START Data in this exercise

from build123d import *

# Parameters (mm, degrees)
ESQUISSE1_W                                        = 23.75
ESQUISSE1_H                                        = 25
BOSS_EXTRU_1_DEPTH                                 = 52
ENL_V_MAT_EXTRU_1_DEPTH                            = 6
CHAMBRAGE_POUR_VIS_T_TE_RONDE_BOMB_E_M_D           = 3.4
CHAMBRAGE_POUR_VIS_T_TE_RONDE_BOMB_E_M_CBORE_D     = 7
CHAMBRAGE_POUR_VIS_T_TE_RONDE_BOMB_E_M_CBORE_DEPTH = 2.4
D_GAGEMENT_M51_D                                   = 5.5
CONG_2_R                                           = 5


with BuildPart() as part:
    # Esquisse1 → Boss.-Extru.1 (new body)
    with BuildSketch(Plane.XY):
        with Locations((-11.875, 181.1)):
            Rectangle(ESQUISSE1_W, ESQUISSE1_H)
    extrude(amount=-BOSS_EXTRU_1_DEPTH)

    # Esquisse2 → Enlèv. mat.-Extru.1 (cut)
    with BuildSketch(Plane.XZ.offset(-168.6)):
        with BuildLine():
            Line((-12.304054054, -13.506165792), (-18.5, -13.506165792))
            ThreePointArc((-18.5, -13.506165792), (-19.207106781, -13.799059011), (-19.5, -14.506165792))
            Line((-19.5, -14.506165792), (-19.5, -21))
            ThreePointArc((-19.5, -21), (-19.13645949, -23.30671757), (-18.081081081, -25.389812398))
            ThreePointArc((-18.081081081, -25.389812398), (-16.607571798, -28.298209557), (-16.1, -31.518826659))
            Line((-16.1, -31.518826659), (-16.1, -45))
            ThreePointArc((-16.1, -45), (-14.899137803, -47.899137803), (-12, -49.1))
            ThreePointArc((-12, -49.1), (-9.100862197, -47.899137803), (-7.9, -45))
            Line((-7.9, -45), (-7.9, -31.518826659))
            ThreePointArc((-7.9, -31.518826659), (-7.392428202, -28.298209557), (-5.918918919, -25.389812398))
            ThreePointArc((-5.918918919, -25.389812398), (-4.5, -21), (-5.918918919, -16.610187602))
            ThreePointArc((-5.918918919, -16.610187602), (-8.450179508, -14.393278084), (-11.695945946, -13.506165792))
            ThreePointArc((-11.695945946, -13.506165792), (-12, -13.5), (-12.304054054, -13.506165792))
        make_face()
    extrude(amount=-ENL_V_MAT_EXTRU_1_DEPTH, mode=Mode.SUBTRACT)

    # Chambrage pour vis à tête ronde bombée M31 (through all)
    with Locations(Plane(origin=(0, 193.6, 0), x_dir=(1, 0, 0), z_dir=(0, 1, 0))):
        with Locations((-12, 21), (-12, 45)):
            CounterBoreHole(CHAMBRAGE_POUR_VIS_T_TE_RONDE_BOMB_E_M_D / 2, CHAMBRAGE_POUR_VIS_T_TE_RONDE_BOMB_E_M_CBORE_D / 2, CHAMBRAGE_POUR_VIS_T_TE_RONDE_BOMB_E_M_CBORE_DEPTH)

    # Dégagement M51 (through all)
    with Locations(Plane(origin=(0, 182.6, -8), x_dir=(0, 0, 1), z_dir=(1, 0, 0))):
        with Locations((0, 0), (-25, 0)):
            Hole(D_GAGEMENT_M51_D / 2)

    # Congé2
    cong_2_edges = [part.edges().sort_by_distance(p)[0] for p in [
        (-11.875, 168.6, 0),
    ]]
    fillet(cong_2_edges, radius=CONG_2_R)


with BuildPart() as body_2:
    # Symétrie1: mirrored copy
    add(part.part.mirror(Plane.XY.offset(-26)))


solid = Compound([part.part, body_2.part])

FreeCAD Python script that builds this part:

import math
import FreeCAD as App
import Part
import Sketcher

V = App.Vector


def edges_at(feature, points):
    """Names of the edges that pass closest to the given points."""
    edges = feature.Shape.Edges
    near = lambda p: min(range(len(edges)), key=lambda i: edges[i].distToShape(Part.Vertex(*p))[0])
    return sorted({f"Edge{near(p) + 1}" for p in points})


def add_polygon(sketch, points):
    """Adds a closed chain of lines whose ends are joined by coincident constraints."""
    first, n = sketch.GeometryCount, len(points)
    for a, b in zip(points, points[1:] + points[:1]):
        sketch.addGeometry(Part.LineSegment(App.Vector(*a, 0), App.Vector(*b, 0)), False)
    for i in range(n):
        sketch.addConstraint(Sketcher.Constraint("Coincident", first + i, 2, first + (i + 1) % n, 1))

doc = App.newDocument("Part")
params = doc.addObject("Spreadsheet::Sheet", "Params")
for row, (alias, value) in enumerate([
    ("sketch1_height", "25 mm"),
    ("sketch1_width", "23.75 mm"),
    ("pad1_length", "52 mm"),
    ("sketch2_radius", "1 mm"),
    ("sketch2_radius2", "7.5 mm"),
    ("sketch2_radius3", "4.1 mm"),
    ("pocket1_length", "6 mm"),
    ("sketch3_diameter", "3.4 mm"),
    ("hole_diameter", "3.4 mm"),
    ("hole_cbore_diameter", "7 mm"),
    ("hole_cbore_depth", "2.4 mm"),
    ("sketch4_diameter", "5.5 mm"),
    ("hole2_diameter", "5.5 mm"),
    ("fillet_radius", "5 mm"),
], start=1):
    params.set(f"A{row}", alias)
    params.set(f"B{row}", "=" + value)
    params.setAlias(f"B{row}", alias)

body = doc.addObject("PartDesign::Body", "Body")

sketch1 = body.newObject("Sketcher::SketchObject", "Sketch")
sketch1.AttachmentSupport = (doc.getObject("XY_Plane"), [""])
sketch1.MapMode = "FlatFace"
add_polygon(sketch1, [(-23.75, 193.6), (-23.75, 168.6), (0, 168.6), (0, 193.6)])
sketch1.addConstraint(Sketcher.Constraint("Vertical", 0))
sketch1.addConstraint(Sketcher.Constraint("Horizontal", 1))
sketch1.addConstraint(Sketcher.Constraint("Vertical", 2))
sketch1.addConstraint(Sketcher.Constraint("Horizontal", 3))
sketch1.addConstraint(Sketcher.Constraint("PointOnObject", 1, 2, -2))
sketch1.addConstraint(Sketcher.Constraint("DistanceY", 0, 2, 0, 1, 25.0))
sketch1.addConstraint(Sketcher.Constraint("DistanceX", 1, 1, 1, 2, 23.75))
sketch1.addConstraint(Sketcher.Constraint("DistanceY", -1, 1, 0, 2, 168.6))
sketch1.setExpression("Constraints[9]", "Params.sketch1_height")
sketch1.setExpression("Constraints[10]", "Params.sketch1_width")
pad1 = body.newObject("PartDesign::Pad", "Pad")
pad1.Profile = sketch1
pad1.setExpression("Length", "Params.pad1_length")
pad1.Reversed = True

sketch2 = body.newObject("Sketcher::SketchObject", "Sketch001")
sketch2.AttachmentSupport = (doc.getObject("XZ_Plane"), [""])
sketch2.MapMode = "FlatFace"
sketch2.AttachmentOffset = App.Placement(V(0, 0, -168.6), App.Rotation())
sketch2.addGeometry(Part.LineSegment(V(-12.304054, -13.506166, 0), V(-18.5, -13.506166, 0)), False)
sketch2.addGeometry(Part.ArcOfCircle(Part.Circle(V(-18.5, -14.506166, 0), V(0, 0, 1), 1), math.radians(90), math.radians(180)), False)
sketch2.addGeometry(Part.LineSegment(V(-19.5, -14.506166, 0), V(-19.5, -21, 0)), False)
sketch2.addGeometry(Part.ArcOfCircle(Part.Circle(V(-12, -21, 0), V(0, 0, 1), 7.5), math.radians(180), math.radians(215.824774)), False)
sketch2.addGeometry(Part.ArcOfCircle(Part.Circle(V(-26.571429, -31.518827, 0), V(0, 0, 1), 10.471429), math.radians(0), math.radians(35.824774)), False)
sketch2.addGeometry(Part.LineSegment(V(-16.1, -31.518827, 0), V(-16.1, -45, 0)), False)
sketch2.addGeometry(Part.ArcOfCircle(Part.Circle(V(-12, -45, 0), V(0, 0, 1), 4.1), math.radians(180), math.radians(270)), False)
sketch2.addGeometry(Part.ArcOfCircle(Part.Circle(V(-12, -45, 0), V(0, 0, 1), 4.1), math.radians(-90), math.radians(0)), False)
sketch2.addGeometry(Part.LineSegment(V(-7.9, -45, 0), V(-7.9, -31.518827, 0)), False)
sketch2.addGeometry(Part.ArcOfCircle(Part.Circle(V(2.571429, -31.518827, 0), V(0, 0, 1), 10.471429), math.radians(144.175226), math.radians(180)), False)
sketch2.addGeometry(Part.ArcOfCircle(Part.Circle(V(-12, -21, 0), V(0, 0, 1), 7.5), math.radians(-35.824774), math.radians(35.824774)), False)
sketch2.addGeometry(Part.ArcOfCircle(Part.Circle(V(-12, -21, 0), V(0, 0, 1), 7.5), math.radians(35.824774), math.radians(87.676561)), False)
sketch2.addGeometry(Part.ArcOfCircle(Part.Circle(V(-12, -21, 0), V(0, 0, 1), 7.5), math.radians(87.676562), math.radians(92.323438)), False)
sketch2.addConstraint(Sketcher.Constraint("Tangent", 0, 2, 1, 1))
sketch2.addConstraint(Sketcher.Constraint("Tangent", 1, 2, 2, 1))
sketch2.addConstraint(Sketcher.Constraint("Tangent", 2, 2, 3, 1))
sketch2.addConstraint(Sketcher.Constraint("Tangent", 3, 2, 4, 2))
sketch2.addConstraint(Sketcher.Constraint("Tangent", 4, 1, 5, 1))
sketch2.addConstraint(Sketcher.Constraint("Tangent", 5, 2, 6, 1))
sketch2.addConstraint(Sketcher.Constraint("Tangent", 6, 2, 7, 1))
sketch2.addConstraint(Sketcher.Constraint("Tangent", 7, 2, 8, 1))
sketch2.addConstraint(Sketcher.Constraint("Tangent", 8, 2, 9, 2))
sketch2.addConstraint(Sketcher.Constraint("Tangent", 9, 1, 10, 1))
sketch2.addConstraint(Sketcher.Constraint("Tangent", 10, 2, 11, 1))
sketch2.addConstraint(Sketcher.Constraint("Tangent", 11, 2, 12, 1))
sketch2.addConstraint(Sketcher.Constraint("Coincident", 12, 2, 0, 1))
sketch2.addConstraint(Sketcher.Constraint("Horizontal", 0))
sketch2.addConstraint(Sketcher.Constraint("Vertical", 2))
sketch2.addConstraint(Sketcher.Constraint("Vertical", 5))
sketch2.addConstraint(Sketcher.Constraint("Vertical", 8))
sketch2.addConstraint(Sketcher.Constraint("Coincident", 10, 3, 3, 3))
sketch2.addConstraint(Sketcher.Constraint("Coincident", 12, 3, 3, 3))
sketch2.addConstraint(Sketcher.Constraint("Equal", 6, 7))
sketch2.addConstraint(Sketcher.Constraint("Equal", 4, 9))
sketch2.addConstraint(Sketcher.Constraint("Equal", 3, 10))
sketch2.addConstraint(Sketcher.Constraint("Horizontal", 4, 3, 9, 3))
sketch2.addConstraint(Sketcher.Constraint("Horizontal", 0, 2, 11, 2))
sketch2.addConstraint(Sketcher.Constraint("Vertical", 12, 3, 6, 2))
sketch2.addConstraint(Sketcher.Constraint("Vertical", 9, 1, 10, 2))
sketch2.addConstraint(Sketcher.Constraint("Radius", 1, 1.0))
sketch2.addConstraint(Sketcher.Constraint("Radius", 3, 7.5))
sketch2.addConstraint(Sketcher.Constraint("Radius", 6, 4.1))
sketch2.addConstraint(Sketcher.Constraint("DistanceX", 3, 3, -1, 1, 12.0))
sketch2.addConstraint(Sketcher.Constraint("DistanceY", 3, 3, -1, 1, 21.0))
sketch2.addConstraint(Sketcher.Constraint("DistanceY", 6, 3, -1, 1, 45.0))
sketch2.addConstraint(Sketcher.Constraint("Radius", 4, 10.471429))
sketch2.addConstraint(Sketcher.Constraint("DistanceX", 0, 2, 0, 1, 6.195946))
sketch2.setExpression("Constraints[26]", "Params.sketch2_radius")
sketch2.setExpression("Constraints[27]", "Params.sketch2_radius2")
sketch2.setExpression("Constraints[28]", "Params.sketch2_radius3")
pocket1 = body.newObject("PartDesign::Pocket", "Pocket")
pocket1.Profile = sketch2
pocket1.setExpression("Length", "Params.pocket1_length")

sketch3 = body.newObject("Sketcher::SketchObject", "Sketch002")
sketch3.AttachmentSupport = (doc.getObject("XZ_Plane"), [""])
sketch3.MapMode = "FlatFace"
sketch3.AttachmentOffset = App.Placement(V(0, 0, -193.6), App.Rotation())
sketch3.addGeometry(Part.Circle(V(-12, -21, 0), V(0, 0, 1), 1.7), False)
sketch3.addGeometry(Part.Circle(V(-12, -45, 0), V(0, 0, 1), 1.7), False)
sketch3.addConstraint(Sketcher.Constraint("Equal", 0, 1))
sketch3.addConstraint(Sketcher.Constraint("Vertical", 0, 3, 1, 3))
sketch3.addConstraint(Sketcher.Constraint("Diameter", 0, 3.4))
sketch3.addConstraint(Sketcher.Constraint("DistanceX", 0, 3, -1, 1, 12.0))
sketch3.addConstraint(Sketcher.Constraint("DistanceY", 0, 3, -1, 1, 21.0))
sketch3.addConstraint(Sketcher.Constraint("DistanceY", 1, 3, -1, 1, 45.0))
sketch3.setExpression("Constraints[2]", "Params.sketch3_diameter")
doc.recompute()
hole = body.newObject("PartDesign::Hole", "Hole")
hole.Profile = sketch3
hole.ThreadType = "None"
hole.setExpression("Diameter", "Params.hole_diameter")
hole.DepthType = "ThroughAll"
hole.HoleCutType = "Counterbore"
hole.setExpression("HoleCutDiameter", "Params.hole_cbore_diameter")
hole.setExpression("HoleCutDepth", "Params.hole_cbore_depth")
hole.Reversed = True

sketch4 = body.newObject("Sketcher::SketchObject", "Sketch003")
sketch4.AttachmentSupport = (doc.getObject("YZ_Plane"), [""])
sketch4.MapMode = "FlatFace"
sketch4.addGeometry(Part.Circle(V(182.6, -8, 0), V(0, 0, 1), 2.75), False)
sketch4.addGeometry(Part.Circle(V(182.6, -33, 0), V(0, 0, 1), 2.75), False)
sketch4.addConstraint(Sketcher.Constraint("Equal", 0, 1))
sketch4.addConstraint(Sketcher.Constraint("Vertical", 0, 3, 1, 3))
sketch4.addConstraint(Sketcher.Constraint("Diameter", 0, 5.5))
sketch4.addConstraint(Sketcher.Constraint("DistanceY", 0, 3, -1, 1, 8.0))
sketch4.addConstraint(Sketcher.Constraint("DistanceY", 1, 3, -1, 1, 33.0))
sketch4.addConstraint(Sketcher.Constraint("DistanceX", -1, 1, 0, 3, 182.6))
sketch4.setExpression("Constraints[2]", "Params.sketch4_diameter")
doc.recompute()
hole2 = body.newObject("PartDesign::Hole", "Hole001")
hole2.Profile = sketch4
hole2.ThreadType = "None"
hole2.setExpression("Diameter", "Params.hole2_diameter")
hole2.DepthType = "ThroughAll"
doc.recompute()

fillet = body.newObject("PartDesign::Fillet", "Fillet")
fillet.Base = (hole2, edges_at(hole2, [(-11.875, 168.6, 0)]))
fillet.setExpression("Radius", "Params.fillet_radius")
body2 = doc.addObject("PartDesign::Body", "Body001")
doc.recompute()

mirroring = doc.addObject("Part::Mirroring", "Mirroring")
mirroring.Source = body
mirroring.Base = V(0, 0, -26)
mirroring.Normal = V(0, 0, 1)
body2.BaseFeature = mirroring
doc.recompute()
mirroring.Visibility = False

doc.recompute()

END Data in this exercise

The lines you return should be those above that contain the word "BuildPart", every one of them.

with BuildPart() as part:
with BuildPart() as body_2:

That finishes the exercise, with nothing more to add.